Automatically access each vehicle database account at ease or create a new
database account for a new vehicle.
Update the vehicle’s database account as per the activities carried out or
transactions involved.
The database developed is based on MySQL database management system and the
entities include: vehicle registration number, vehicle owner or transport company, model
or type of vehicle, specified vehicle load (gross and total), actual vehicle load as of the
moment, type of load, destination of load, bank account and any transaction involved.

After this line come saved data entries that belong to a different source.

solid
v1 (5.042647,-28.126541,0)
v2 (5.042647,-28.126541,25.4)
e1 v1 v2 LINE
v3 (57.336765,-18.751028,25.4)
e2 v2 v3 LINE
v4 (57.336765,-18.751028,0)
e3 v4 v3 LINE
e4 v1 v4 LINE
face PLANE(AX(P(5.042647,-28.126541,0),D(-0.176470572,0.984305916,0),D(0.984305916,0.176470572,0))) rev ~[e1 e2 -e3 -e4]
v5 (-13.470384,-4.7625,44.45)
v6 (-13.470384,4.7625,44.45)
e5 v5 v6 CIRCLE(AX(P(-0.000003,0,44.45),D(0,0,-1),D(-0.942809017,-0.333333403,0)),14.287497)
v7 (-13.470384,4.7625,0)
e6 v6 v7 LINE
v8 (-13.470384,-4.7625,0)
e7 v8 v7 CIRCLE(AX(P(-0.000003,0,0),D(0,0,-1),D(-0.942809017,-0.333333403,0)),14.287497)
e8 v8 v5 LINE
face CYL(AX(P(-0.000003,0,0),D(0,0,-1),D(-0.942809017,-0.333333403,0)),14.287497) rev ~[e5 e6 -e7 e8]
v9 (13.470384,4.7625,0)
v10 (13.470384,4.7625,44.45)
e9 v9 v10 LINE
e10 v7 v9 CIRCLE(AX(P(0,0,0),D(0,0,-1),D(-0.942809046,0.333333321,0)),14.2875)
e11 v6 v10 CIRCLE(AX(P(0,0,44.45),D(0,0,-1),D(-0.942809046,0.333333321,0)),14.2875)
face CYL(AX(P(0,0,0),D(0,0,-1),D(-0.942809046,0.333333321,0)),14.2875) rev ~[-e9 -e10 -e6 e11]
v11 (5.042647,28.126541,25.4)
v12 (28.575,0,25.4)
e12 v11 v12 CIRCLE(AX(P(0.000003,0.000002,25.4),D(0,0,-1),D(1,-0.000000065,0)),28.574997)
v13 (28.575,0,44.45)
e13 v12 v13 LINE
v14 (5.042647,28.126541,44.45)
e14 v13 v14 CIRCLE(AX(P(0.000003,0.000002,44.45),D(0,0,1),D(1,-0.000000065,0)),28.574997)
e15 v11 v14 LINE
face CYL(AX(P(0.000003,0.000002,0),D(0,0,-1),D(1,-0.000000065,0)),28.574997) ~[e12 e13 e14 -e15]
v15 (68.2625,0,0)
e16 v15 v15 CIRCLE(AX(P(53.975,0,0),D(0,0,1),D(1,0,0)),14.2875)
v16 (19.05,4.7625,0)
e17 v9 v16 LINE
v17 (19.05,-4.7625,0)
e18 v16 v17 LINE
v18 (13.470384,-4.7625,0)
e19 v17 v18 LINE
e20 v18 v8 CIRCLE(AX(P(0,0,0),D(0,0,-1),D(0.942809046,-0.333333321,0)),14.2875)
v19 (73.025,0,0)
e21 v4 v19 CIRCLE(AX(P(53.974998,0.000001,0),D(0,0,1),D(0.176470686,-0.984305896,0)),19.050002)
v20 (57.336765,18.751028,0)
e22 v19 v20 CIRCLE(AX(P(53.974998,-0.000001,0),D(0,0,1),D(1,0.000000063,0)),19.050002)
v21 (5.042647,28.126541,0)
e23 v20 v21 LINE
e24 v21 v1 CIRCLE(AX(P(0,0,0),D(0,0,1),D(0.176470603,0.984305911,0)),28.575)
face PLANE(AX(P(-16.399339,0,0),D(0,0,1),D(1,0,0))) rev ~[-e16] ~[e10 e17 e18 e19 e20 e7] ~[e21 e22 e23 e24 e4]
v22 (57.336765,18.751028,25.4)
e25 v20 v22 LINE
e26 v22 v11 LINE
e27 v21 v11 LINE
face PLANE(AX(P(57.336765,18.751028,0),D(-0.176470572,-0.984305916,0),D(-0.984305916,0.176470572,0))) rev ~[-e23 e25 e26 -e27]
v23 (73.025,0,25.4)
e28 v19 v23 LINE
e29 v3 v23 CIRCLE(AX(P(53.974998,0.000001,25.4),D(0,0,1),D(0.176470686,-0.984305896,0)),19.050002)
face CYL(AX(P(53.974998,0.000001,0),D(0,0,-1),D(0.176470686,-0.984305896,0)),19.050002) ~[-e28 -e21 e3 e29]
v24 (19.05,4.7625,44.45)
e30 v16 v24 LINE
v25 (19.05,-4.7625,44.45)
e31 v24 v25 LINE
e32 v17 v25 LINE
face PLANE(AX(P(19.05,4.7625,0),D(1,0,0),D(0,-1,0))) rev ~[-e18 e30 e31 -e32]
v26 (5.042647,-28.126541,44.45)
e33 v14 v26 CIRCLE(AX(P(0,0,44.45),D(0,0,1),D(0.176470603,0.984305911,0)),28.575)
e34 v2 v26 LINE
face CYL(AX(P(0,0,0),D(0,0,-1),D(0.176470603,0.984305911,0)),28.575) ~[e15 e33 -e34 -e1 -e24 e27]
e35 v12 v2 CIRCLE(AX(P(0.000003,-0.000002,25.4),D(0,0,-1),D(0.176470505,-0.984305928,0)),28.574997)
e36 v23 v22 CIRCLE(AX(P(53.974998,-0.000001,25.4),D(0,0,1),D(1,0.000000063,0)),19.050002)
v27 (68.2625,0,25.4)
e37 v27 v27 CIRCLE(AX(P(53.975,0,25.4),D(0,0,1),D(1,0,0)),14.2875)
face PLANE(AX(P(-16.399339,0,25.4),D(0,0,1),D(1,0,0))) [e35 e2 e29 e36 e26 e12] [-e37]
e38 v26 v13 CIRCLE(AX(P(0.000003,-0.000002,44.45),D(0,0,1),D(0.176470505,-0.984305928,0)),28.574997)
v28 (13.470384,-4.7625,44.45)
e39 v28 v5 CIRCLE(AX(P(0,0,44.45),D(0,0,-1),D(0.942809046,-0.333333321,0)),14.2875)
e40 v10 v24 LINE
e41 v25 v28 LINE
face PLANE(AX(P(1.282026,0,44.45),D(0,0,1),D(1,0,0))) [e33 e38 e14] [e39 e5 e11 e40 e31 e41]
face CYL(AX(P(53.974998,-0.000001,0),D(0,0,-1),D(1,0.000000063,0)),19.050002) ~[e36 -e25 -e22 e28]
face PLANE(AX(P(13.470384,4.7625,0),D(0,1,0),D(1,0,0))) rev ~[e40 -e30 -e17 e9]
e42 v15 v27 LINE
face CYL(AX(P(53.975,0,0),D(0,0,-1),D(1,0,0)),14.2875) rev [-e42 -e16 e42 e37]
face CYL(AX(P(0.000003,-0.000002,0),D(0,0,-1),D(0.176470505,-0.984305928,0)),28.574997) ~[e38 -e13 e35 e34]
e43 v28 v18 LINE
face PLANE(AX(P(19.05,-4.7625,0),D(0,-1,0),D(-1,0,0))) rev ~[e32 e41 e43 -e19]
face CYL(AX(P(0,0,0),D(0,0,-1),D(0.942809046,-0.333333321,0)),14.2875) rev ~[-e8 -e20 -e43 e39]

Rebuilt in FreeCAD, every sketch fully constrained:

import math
import FreeCAD as App
import Part
import Sketcher
from FreeCAD import Vector
Q = App.Units.Quantity

doc = App.newDocument("Part")
body = doc.addObject("PartDesign::Body", "Body")

sketch1 = doc.addObject("Sketcher::SketchObject", "Sketch")
body.addObject(sketch1)
sketch1.AttachmentSupport = (doc.XY_Plane, [""])
sketch1.MapMode = "FlatFace"
sketch1.addGeometry([
    Part.ArcOfCircle(Part.Circle(Vector(0, 0, 0), Vector(0, 0, 1), 28.575), math.radians(79.835751), math.radians(280.164249)),
    Part.LineSegment(Vector(5.042647, -28.126541, 0), Vector(57.336765, -18.751028, 0)),
    Part.ArcOfCircle(Part.Circle(Vector(53.974998, 0.000001, 0), Vector(0, 0, 1), 19.050002), math.radians(-79.835746), math.radians(-0.000004)),
    Part.ArcOfCircle(Part.Circle(Vector(53.974998, -0.000001, 0), Vector(0, 0, 1), 19.050002), math.radians(0.000004), math.radians(79.835746)),
    Part.LineSegment(Vector(57.336765, 18.751028, 0), Vector(5.042647, 28.126541, 0)),
    Part.LineSegment(Vector(-19.05, 4.7625, 0), Vector(-13.470384, 4.7625, 0)),
    Part.ArcOfCircle(Part.Circle(Vector(0, 0, 0), Vector(0, 0, 1), 14.2875), math.radians(19.47122), math.radians(160.52878)),
    Part.LineSegment(Vector(13.470384, 4.7625, 0), Vector(19.05, 4.7625, 0)),
    Part.LineSegment(Vector(19.05, 4.7625, 0), Vector(19.05, -4.7625, 0)),
    Part.LineSegment(Vector(19.05, -4.7625, 0), Vector(13.470384, -4.7625, 0)),
    Part.ArcOfCircle(Part.Circle(Vector(0, 0, 0), Vector(0, 0, 1), 14.2875), math.radians(-160.52878), math.radians(-19.47122)),
    Part.LineSegment(Vector(-13.470384, -4.7625, 0), Vector(-19.05, -4.7625, 0)),
    Part.LineSegment(Vector(-19.05, -4.7625, 0), Vector(-19.05, 4.7625, 0)),
    Part.Circle(Vector(53.975, 0, 0), Vector(0, 0, 1), 14.2875),
], False)
sketch1.addConstraint([
    Sketcher.Constraint("Tangent", 0, 2, 1, 1),
    Sketcher.Constraint("Tangent", 1, 2, 2, 1),
    Sketcher.Constraint("Tangent", 2, 2, 3, 1),
    Sketcher.Constraint("Tangent", 3, 2, 4, 1),
    Sketcher.Constraint("Tangent", 4, 2, 0, 1),
    Sketcher.Constraint("Coincident", 5, 2, 6, 2),
    Sketcher.Constraint("Coincident", 6, 1, 7, 1),
    Sketcher.Constraint("Coincident", 7, 2, 8, 1),
    Sketcher.Constraint("Coincident", 8, 2, 9, 1),
    Sketcher.Constraint("Coincident", 9, 2, 10, 2),
    Sketcher.Constraint("Coincident", 10, 1, 11, 1),
    Sketcher.Constraint("Coincident", 11, 2, 12, 1),
    Sketcher.Constraint("Coincident", 12, 2, 5, 1),
    Sketcher.Constraint("Horizontal", 5),
    Sketcher.Constraint("Horizontal", 7),
    Sketcher.Constraint("Vertical", 8),
    Sketcher.Constraint("Horizontal", 9),
    Sketcher.Constraint("Horizontal", 11),
    Sketcher.Constraint("Vertical", 12),
    Sketcher.Constraint("Coincident", 0, 3, -1, 1),
    Sketcher.Constraint("Coincident", 6, 3, -1, 1),
    Sketcher.Constraint("Coincident", 10, 3, -1, 1),
    Sketcher.Constraint("Coincident", 13, 3, 2, 3),
    Sketcher.Constraint("Equal", 2, 3),
    Sketcher.Constraint("Equal", 6, 10),
    Sketcher.Constraint("Equal", 10, 13),
    Sketcher.Constraint("Symmetric", 7, 2, 11, 2, -1, 1),
    Sketcher.Constraint("PointOnObject", 2, 3, -1),
    Sketcher.Constraint("PointOnObject", 2, 2, -1),
    Sketcher.Constraint("Horizontal", 5, 2, 6, 1),
    Sketcher.Constraint("Horizontal", 9, 2, 10, 1),
    Sketcher.Constraint("Radius", 2, Q("0.7500001 in")),
    Sketcher.Constraint("Diameter", 13, Q("1.125 in")),
    Sketcher.Constraint("Radius", 0, Q("1.125 in")),
    Sketcher.Constraint("DistanceY", 8, 2, 8, 1, Q("0.375 in")),
    Sketcher.Constraint("DistanceX", -1, 1, 7, 2, Q("0.75 in")),
    Sketcher.Constraint("DistanceX", -1, 1, 2, 3, Q("2.1249999 in")),
])
pad1 = doc.addObject("PartDesign::Pad", "Pad")
body.addObject(pad1)
pad1.Profile = sketch1
pad1.Length = Q("1 in")

sketch2 = doc.addObject("Sketcher::SketchObject", "Sketch001")
body.addObject(sketch2)
sketch2.AttachmentSupport = (doc.XY_Plane, [""])
sketch2.MapMode = "FlatFace"
sketch2.addGeometry([
    Part.ArcOfCircle(Part.Circle(Vector(0.000003, -0.000002, 0), Vector(0, 0, 1), 28.574997), math.radians(-79.835756), math.radians(0.000004)),
    Part.ArcOfCircle(Part.Circle(Vector(0.000003, 0.000002, 0), Vector(0, 0, 1), 28.574997), math.radians(-0.000004), math.radians(79.835756)),
    Part.ArcOfCircle(Part.Circle(Vector(0, 0, 0), Vector(0, 0, 1), 28.575), math.radians(79.835751), math.radians(280.164249)),
    Part.ArcOfCircle(Part.Circle(Vector(0, 0, 0), Vector(0, 0, 1), 14.2875), math.radians(-160.52878), math.radians(-19.47122)),
    Part.ArcOfCircle(Part.Circle(Vector(-0.000003, 0, 0), Vector(0, 0, 1), 14.287497), math.radians(160.528775), math.radians(199.471225)),
    Part.ArcOfCircle(Part.Circle(Vector(0, 0, 0), Vector(0, 0, 1), 14.2875), math.radians(19.47122), math.radians(160.52878)),
    Part.LineSegment(Vector(13.470384, 4.7625, 0), Vector(19.05, 4.7625, 0)),
    Part.LineSegment(Vector(19.05, 4.7625, 0), Vector(19.05, -4.7625, 0)),
    Part.LineSegment(Vector(19.05, -4.7625, 0), Vector(13.470384, -4.7625, 0)),
], False)
sketch2.addConstraint([
    Sketcher.Constraint("Tangent", 0, 2, 1, 1),
    Sketcher.Constraint("Tangent", 1, 2, 2, 1),
    Sketcher.Constraint("Tangent", 2, 2, 0, 1),
    Sketcher.Constraint("Tangent", 3, 1, 4, 2),
    Sketcher.Constraint("Tangent", 4, 1, 5, 2),
    Sketcher.Constraint("Coincident", 5, 1, 6, 1),
    Sketcher.Constraint("Coincident", 6, 2, 7, 1),
    Sketcher.Constraint("Coincident", 7, 2, 8, 1),
    Sketcher.Constraint("Coincident", 8, 2, 3, 2),
    Sketcher.Constraint("Horizontal", 6),
    Sketcher.Constraint("Vertical", 7),
    Sketcher.Constraint("Horizontal", 8),
    Sketcher.Constraint("Coincident", 0, 3, -1, 1),
    Sketcher.Constraint("Coincident", 3, 3, -1, 1),
    Sketcher.Constraint("Coincident", 5, 3, -1, 1),
    Sketcher.Constraint("PointOnObject", 0, 2, -1),
    Sketcher.Constraint("Horizontal", 4, 1, 5, 1),
    Sketcher.Constraint("Horizontal", 3, 1, 7, 2),
    Sketcher.Constraint("Vertical", 1, 2, 2, 2),
    Sketcher.Constraint("Vertical", 3, 1, 4, 1),
    Sketcher.Constraint("Radius", 0, Q("1.1249999 in")),
    Sketcher.Constraint("Radius", 3, Q("0.5625 in")),
    Sketcher.Constraint("DistanceY", 7, 2, 7, 1, Q("0.375 in")),
    Sketcher.Constraint("DistanceX", -1, 1, 6, 2, Q("0.75 in")),
    Sketcher.Constraint("DistanceY", -1, 1, 1, 2, 28.126541),
])
pad2 = doc.addObject("PartDesign::Pad", "Pad001")
body.addObject(pad2)
pad2.Profile = sketch2
pad2.Length = Q("1.75 in")

doc.recompute()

Each of these entities have its associated attributes.
3.6 DISPLAY UNIT
This display is mainly aimed at ensuring the smooth involvement of the vehicle driver in
the weighbridge system processes by displaying the outcome and requirement of each
stage where necessary. This is also very crucial in prompting the driver for any co-
operation required. It also aid in communication especially in a noisy environment such
as heavy commercial vehicles’ engine roar, a situation where the normally used audio
signal is unreliable.
Some of the variables to be displayed include:
Vehicle load weight from the weight measurement unit once converted into digital
form
Request to proceed for vehicle with allowable load
Amount overloaded and the fine to be paid in event of an overloaded vehicle
Request to proceed once the transactions are over
3.6 ACTUATOR SYSTEM
The control barriers used in this case are driven by direct current motor which are
actuated by the signal from the micro-controller. The right power source for the motors
will be any d.c supply or rectified a.c source. The current to drive the motor flows in a
different circuit from the one involving the micro-controller direct connection but its
switch will be triggered by the signal from the microcontroller through a transistor.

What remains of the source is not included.